◆ Exercise directions
Print, exactly as they appear in the listing below, the lines from the line with "#62=ADVANCED_FACE('',(#60),#61,.T.);" to the line with "#68=EDGE_CURVE('',#64,#64,#67,.T.);", with both end lines kept.

◆ Record set
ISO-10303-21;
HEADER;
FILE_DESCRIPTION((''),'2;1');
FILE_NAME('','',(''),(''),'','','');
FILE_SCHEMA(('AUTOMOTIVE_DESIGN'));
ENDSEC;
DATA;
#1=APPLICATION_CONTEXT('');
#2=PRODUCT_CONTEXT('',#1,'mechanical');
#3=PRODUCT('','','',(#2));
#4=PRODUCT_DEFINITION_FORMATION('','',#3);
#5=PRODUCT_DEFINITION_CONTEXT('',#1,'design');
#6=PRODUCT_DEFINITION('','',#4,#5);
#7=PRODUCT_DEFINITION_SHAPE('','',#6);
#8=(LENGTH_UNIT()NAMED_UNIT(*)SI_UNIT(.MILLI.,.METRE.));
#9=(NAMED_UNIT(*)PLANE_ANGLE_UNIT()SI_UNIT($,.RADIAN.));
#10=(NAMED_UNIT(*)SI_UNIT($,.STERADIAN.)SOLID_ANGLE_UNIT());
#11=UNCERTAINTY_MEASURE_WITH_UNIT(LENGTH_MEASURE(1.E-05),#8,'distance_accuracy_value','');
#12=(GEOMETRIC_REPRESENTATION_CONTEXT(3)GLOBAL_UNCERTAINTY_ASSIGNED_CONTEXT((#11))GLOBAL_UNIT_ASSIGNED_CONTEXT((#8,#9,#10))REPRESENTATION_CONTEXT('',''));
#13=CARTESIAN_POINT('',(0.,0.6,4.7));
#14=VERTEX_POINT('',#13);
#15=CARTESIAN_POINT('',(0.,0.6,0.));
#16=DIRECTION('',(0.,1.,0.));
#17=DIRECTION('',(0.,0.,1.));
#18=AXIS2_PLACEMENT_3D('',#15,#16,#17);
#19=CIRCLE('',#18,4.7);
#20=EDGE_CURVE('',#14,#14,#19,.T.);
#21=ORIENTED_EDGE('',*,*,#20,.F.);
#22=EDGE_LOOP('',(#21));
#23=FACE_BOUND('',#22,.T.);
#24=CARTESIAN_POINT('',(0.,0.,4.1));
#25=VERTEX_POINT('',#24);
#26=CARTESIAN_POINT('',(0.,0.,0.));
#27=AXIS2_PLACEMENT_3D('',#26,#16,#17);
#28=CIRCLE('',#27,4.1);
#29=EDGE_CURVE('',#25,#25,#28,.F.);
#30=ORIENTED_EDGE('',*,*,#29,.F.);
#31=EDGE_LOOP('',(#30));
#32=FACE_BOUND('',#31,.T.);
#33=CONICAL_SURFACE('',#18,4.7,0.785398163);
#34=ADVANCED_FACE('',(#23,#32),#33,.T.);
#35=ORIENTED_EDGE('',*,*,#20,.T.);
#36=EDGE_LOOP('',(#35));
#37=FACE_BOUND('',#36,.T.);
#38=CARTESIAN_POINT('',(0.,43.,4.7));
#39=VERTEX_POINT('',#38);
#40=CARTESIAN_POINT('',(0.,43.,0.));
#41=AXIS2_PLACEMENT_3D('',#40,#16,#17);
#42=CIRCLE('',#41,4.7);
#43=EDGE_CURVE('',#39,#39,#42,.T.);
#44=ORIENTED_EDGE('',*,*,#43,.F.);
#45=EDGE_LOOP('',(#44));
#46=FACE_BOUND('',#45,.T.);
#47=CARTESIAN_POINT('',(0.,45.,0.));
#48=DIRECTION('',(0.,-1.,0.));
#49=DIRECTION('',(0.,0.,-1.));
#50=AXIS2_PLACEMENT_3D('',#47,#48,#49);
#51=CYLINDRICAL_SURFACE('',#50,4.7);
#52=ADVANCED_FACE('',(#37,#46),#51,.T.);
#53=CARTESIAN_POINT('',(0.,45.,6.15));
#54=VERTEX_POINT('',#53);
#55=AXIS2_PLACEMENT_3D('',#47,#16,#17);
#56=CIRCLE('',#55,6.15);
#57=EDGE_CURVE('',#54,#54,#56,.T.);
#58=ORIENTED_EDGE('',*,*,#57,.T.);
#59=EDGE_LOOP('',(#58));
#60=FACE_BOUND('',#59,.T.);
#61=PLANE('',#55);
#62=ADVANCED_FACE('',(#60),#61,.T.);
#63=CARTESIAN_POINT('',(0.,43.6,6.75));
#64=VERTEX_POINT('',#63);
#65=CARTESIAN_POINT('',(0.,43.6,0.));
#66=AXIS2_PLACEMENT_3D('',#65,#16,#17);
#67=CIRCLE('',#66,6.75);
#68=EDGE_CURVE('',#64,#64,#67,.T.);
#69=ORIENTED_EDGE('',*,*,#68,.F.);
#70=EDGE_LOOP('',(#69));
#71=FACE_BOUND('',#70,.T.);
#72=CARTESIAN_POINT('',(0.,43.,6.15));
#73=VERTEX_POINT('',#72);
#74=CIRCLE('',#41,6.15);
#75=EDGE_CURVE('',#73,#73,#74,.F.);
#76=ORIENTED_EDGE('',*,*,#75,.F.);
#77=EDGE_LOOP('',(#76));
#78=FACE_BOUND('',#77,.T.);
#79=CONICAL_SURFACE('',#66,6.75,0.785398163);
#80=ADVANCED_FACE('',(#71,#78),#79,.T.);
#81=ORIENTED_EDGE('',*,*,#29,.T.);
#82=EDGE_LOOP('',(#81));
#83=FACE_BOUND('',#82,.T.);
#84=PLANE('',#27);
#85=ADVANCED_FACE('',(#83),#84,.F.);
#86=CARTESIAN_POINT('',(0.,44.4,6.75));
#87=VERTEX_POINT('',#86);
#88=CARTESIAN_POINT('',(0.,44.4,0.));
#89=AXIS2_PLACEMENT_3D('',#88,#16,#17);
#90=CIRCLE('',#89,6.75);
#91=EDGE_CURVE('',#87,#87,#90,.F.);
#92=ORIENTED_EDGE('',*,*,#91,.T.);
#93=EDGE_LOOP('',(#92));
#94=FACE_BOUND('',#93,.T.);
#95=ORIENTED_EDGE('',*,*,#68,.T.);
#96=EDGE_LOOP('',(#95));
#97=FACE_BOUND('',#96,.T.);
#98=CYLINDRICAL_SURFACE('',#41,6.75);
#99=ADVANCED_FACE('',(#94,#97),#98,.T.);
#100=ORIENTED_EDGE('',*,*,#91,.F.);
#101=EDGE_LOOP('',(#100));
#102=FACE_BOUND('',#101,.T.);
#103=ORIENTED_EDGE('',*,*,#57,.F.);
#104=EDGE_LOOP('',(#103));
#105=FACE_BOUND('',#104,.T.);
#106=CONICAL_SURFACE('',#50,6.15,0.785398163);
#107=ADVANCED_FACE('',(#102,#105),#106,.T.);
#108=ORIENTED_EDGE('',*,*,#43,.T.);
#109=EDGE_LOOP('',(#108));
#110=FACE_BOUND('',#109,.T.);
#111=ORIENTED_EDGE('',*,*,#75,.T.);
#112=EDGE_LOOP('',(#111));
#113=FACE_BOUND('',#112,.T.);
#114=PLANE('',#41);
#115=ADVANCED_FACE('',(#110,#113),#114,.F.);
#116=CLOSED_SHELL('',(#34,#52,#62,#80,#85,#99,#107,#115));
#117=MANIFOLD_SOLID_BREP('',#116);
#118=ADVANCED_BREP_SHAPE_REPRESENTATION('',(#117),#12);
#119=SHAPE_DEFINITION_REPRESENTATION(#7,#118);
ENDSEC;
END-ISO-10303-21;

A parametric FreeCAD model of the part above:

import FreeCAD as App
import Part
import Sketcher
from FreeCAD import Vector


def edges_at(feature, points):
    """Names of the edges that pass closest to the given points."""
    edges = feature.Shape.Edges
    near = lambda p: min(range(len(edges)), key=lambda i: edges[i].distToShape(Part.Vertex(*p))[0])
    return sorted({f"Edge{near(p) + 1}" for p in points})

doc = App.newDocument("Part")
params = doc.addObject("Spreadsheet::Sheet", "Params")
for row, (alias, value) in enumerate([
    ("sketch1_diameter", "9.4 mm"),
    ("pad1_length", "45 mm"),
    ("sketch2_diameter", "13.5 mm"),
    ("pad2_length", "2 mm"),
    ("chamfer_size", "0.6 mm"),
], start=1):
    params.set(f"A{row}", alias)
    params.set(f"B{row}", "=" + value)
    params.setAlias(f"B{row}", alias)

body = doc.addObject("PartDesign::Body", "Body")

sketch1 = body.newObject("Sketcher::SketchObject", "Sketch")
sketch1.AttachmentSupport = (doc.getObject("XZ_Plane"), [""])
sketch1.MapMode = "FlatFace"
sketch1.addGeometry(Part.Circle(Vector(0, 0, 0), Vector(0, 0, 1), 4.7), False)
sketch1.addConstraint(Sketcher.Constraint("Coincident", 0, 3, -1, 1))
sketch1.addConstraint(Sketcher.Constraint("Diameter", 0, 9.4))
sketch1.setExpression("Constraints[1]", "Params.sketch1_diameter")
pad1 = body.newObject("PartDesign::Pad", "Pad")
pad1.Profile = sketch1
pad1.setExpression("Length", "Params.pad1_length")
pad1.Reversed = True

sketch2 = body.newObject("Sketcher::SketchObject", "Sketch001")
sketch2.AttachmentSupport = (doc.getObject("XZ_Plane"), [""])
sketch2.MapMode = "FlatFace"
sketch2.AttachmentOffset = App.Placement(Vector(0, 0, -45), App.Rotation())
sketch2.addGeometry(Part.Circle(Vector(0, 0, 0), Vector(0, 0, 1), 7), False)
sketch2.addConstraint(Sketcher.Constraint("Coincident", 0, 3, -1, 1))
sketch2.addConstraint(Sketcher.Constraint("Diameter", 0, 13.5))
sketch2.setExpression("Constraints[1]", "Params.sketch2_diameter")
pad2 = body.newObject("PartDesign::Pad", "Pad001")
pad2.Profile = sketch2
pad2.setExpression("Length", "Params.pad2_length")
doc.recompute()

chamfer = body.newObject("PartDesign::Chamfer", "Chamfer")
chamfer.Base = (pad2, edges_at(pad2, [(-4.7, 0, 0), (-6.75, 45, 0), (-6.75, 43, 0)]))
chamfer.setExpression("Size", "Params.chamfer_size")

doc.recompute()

◆ Exercise result
#62=ADVANCED_FACE('',(#60),#61,.T.);
#63=CARTESIAN_POINT('',(0.,43.6,6.75));
#64=VERTEX_POINT('',#63);
#65=CARTESIAN_POINT('',(0.,43.6,0.));
#66=AXIS2_PLACEMENT_3D('',#65,#16,#17);
#67=CIRCLE('',#66,6.75);
#68=EDGE_CURVE('',#64,#64,#67,.T.);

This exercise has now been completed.